What is being asked
Go through the data from its first line and retype each line, stopping once the line containing "#4=PRODUCT_DEFINITION_FORMATION('','',#3);" has been retyped.

(Beginning of Supplied information)

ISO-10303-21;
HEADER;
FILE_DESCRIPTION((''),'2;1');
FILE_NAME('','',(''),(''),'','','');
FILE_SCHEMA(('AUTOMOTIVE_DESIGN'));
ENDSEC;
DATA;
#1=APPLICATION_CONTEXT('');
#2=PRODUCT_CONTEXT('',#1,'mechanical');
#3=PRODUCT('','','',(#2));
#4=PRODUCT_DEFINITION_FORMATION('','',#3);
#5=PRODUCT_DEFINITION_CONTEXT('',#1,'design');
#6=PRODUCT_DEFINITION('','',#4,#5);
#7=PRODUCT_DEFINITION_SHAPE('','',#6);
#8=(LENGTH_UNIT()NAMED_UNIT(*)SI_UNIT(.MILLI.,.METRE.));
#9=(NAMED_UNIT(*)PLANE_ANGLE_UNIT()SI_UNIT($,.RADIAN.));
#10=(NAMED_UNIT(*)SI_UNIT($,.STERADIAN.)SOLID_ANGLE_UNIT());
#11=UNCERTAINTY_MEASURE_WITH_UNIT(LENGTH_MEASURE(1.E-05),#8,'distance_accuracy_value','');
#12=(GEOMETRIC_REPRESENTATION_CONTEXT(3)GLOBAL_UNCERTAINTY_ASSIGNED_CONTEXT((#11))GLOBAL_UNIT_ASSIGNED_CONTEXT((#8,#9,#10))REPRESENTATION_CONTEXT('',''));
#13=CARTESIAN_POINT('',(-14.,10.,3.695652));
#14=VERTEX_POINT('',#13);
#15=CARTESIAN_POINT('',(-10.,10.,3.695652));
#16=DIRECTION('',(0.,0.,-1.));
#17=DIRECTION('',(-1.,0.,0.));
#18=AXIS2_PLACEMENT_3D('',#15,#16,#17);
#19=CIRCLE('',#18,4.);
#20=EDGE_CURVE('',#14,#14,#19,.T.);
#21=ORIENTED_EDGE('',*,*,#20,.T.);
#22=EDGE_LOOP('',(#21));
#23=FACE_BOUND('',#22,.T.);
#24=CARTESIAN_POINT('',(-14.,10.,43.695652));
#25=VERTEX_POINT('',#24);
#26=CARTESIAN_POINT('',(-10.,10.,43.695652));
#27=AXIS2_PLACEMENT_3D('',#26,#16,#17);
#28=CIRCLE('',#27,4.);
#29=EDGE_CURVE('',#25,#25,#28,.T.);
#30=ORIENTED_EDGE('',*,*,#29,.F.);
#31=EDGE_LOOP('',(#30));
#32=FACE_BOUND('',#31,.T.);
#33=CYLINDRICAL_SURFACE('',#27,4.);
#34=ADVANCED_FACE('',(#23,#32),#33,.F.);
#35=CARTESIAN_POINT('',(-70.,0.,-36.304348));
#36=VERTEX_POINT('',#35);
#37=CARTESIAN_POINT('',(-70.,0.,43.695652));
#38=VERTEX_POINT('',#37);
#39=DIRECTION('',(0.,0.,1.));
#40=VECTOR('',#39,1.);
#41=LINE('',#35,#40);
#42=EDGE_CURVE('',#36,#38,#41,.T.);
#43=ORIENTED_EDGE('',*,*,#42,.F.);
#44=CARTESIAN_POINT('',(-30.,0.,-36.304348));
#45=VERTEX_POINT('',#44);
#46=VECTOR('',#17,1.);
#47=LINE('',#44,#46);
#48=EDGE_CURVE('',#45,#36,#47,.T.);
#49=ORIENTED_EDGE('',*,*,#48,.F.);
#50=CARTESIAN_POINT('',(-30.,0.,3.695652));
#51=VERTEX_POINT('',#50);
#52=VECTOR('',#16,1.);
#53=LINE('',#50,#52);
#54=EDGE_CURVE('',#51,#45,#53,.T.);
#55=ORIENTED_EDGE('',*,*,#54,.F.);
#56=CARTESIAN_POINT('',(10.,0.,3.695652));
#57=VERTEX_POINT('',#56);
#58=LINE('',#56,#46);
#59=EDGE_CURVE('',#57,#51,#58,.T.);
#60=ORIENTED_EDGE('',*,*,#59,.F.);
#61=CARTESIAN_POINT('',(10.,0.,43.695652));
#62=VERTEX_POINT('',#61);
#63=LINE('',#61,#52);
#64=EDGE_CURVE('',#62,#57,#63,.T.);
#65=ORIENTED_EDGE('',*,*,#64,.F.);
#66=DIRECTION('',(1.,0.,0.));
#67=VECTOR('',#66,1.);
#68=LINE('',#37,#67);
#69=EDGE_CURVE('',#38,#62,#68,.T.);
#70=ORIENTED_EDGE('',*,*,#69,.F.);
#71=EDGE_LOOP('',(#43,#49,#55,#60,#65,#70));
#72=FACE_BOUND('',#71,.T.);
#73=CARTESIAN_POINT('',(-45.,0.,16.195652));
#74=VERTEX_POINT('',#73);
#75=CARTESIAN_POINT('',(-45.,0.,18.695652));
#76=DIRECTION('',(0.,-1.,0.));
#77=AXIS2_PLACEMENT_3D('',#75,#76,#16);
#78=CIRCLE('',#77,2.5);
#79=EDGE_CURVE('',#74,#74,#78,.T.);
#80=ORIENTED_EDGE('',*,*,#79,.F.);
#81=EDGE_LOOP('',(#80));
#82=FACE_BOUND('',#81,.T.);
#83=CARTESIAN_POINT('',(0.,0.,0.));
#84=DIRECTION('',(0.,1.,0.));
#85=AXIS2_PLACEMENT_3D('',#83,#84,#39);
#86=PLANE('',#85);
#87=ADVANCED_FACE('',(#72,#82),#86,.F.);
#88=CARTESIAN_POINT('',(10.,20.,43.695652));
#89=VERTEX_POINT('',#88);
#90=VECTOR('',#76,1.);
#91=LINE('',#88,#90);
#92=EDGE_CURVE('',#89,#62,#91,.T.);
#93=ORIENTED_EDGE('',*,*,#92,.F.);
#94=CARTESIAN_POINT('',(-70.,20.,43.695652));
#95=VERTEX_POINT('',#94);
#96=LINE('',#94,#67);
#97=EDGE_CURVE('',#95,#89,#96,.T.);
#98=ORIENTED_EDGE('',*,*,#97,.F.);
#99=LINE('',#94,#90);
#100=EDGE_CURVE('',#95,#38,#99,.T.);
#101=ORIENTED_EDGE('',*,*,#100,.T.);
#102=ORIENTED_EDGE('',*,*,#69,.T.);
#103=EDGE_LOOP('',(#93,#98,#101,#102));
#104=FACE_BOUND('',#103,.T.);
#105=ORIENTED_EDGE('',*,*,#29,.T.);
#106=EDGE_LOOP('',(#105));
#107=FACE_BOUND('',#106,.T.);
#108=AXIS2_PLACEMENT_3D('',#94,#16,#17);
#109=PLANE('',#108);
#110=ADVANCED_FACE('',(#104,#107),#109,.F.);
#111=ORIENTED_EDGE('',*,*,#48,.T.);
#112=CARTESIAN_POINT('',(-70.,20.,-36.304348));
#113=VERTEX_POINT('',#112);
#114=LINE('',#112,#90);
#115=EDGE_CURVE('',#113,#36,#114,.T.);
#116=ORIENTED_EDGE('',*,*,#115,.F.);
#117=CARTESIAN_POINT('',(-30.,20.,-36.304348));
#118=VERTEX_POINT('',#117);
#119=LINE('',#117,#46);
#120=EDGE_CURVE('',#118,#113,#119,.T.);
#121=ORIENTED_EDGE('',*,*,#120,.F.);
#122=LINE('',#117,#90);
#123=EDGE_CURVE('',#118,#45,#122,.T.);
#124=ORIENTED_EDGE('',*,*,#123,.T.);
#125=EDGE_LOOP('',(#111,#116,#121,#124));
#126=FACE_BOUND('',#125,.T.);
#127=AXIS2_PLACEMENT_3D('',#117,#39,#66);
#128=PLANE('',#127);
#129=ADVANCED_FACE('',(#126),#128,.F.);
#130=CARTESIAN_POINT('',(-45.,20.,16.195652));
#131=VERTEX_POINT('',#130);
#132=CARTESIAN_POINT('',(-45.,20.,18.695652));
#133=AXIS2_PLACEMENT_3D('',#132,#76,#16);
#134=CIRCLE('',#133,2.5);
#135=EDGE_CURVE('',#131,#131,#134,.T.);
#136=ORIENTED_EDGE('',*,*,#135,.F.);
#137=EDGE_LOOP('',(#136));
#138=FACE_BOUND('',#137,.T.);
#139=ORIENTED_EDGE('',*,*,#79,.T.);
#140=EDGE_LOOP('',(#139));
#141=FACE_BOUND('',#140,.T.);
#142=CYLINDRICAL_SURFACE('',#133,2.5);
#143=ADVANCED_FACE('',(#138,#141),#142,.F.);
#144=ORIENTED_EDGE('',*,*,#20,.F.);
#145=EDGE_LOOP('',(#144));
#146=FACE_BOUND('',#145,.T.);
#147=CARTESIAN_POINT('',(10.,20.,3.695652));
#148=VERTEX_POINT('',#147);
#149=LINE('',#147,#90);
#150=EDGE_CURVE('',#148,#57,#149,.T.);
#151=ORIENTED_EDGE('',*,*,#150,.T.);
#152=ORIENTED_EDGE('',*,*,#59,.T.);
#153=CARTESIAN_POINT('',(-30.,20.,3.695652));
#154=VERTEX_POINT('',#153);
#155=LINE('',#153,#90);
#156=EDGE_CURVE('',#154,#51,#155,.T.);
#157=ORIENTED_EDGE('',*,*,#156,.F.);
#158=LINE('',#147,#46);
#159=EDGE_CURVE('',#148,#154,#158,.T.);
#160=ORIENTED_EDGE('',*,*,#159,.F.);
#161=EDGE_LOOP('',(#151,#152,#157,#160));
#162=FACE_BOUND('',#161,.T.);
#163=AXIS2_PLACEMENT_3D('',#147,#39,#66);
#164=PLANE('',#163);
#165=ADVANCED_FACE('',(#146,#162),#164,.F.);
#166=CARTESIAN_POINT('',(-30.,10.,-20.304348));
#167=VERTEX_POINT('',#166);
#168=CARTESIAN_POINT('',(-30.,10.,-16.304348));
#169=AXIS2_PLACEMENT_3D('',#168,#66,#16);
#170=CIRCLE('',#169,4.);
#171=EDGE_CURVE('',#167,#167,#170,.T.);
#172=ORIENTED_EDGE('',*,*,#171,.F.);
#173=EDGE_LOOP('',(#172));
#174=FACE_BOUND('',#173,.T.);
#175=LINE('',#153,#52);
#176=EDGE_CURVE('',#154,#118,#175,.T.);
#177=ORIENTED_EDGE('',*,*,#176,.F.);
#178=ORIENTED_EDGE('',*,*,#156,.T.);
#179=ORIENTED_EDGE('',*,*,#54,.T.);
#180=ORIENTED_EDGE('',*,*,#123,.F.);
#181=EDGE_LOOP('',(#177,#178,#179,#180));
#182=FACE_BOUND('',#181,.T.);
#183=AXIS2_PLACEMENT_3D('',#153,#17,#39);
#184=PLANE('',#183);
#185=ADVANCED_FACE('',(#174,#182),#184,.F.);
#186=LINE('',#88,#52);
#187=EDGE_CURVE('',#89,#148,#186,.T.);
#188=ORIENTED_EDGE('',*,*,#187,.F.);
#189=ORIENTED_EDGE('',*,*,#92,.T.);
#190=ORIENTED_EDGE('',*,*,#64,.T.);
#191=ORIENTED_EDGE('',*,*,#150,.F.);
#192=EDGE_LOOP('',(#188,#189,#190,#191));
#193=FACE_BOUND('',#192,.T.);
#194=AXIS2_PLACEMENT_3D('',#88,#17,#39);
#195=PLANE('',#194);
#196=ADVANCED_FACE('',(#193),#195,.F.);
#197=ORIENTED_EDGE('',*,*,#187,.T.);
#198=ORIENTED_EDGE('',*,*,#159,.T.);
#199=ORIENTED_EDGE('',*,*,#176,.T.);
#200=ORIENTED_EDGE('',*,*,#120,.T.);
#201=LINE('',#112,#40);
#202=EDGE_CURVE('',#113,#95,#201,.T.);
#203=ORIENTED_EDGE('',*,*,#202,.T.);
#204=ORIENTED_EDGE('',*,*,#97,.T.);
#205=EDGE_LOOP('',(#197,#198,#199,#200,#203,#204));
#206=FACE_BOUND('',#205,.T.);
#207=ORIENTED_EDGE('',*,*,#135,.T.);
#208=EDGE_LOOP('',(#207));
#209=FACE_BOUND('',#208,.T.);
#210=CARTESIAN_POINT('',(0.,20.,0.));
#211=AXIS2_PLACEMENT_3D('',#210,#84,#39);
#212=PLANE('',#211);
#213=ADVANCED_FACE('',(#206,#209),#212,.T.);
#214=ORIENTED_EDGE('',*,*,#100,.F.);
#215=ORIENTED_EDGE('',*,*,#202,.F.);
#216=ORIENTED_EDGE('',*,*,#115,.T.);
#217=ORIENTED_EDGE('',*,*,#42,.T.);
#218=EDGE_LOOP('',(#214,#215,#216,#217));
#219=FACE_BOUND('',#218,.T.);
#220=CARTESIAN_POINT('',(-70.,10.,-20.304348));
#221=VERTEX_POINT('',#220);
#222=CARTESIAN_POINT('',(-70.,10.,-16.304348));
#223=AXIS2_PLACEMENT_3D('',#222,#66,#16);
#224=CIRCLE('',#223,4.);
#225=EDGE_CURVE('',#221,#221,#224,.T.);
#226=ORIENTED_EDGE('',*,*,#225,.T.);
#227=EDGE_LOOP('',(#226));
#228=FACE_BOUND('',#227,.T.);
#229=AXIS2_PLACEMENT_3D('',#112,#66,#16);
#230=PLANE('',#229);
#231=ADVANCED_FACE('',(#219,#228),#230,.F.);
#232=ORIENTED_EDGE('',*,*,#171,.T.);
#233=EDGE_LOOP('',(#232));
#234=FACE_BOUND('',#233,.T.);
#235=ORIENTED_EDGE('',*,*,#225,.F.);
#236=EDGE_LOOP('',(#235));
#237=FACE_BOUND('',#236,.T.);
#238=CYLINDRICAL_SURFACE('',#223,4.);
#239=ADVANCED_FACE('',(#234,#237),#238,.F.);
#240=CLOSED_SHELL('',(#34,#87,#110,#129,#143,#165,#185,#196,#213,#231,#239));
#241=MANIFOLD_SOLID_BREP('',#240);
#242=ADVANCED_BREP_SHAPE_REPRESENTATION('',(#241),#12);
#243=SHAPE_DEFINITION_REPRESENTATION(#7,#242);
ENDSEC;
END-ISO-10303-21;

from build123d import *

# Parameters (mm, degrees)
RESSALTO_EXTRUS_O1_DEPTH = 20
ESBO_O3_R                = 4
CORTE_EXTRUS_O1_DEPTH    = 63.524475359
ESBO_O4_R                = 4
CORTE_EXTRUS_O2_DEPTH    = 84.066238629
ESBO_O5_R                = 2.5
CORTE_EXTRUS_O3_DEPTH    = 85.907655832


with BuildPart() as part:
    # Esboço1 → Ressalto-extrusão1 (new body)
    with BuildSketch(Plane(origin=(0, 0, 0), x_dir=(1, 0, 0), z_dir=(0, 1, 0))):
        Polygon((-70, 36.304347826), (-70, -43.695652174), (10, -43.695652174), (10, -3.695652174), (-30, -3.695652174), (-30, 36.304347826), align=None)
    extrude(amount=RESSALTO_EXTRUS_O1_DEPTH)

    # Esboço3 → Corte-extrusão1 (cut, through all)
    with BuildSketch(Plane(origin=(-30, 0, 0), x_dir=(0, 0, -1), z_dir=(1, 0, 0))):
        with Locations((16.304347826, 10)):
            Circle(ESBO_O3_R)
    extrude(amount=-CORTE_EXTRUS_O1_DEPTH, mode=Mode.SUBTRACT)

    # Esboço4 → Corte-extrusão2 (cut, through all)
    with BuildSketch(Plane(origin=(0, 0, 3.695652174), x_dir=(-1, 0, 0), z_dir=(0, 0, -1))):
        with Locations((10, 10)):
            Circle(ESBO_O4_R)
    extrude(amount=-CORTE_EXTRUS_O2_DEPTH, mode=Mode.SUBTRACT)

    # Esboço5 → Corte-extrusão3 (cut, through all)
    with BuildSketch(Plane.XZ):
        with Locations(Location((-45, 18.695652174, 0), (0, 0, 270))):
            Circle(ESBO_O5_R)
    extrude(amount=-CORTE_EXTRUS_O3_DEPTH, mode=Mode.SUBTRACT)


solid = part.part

(End of Supplied information)

Solution to the exercise
ISO-10303-21;
HEADER;
FILE_DESCRIPTION((''),'2;1');
FILE_NAME('','',(''),(''),'','','');
FILE_SCHEMA(('AUTOMOTIVE_DESIGN'));
ENDSEC;
DATA;
#1=APPLICATION_CONTEXT('');
#2=PRODUCT_CONTEXT('',#1,'mechanical');
#3=PRODUCT('','','',(#2));
#4=PRODUCT_DEFINITION_FORMATION('','',#3);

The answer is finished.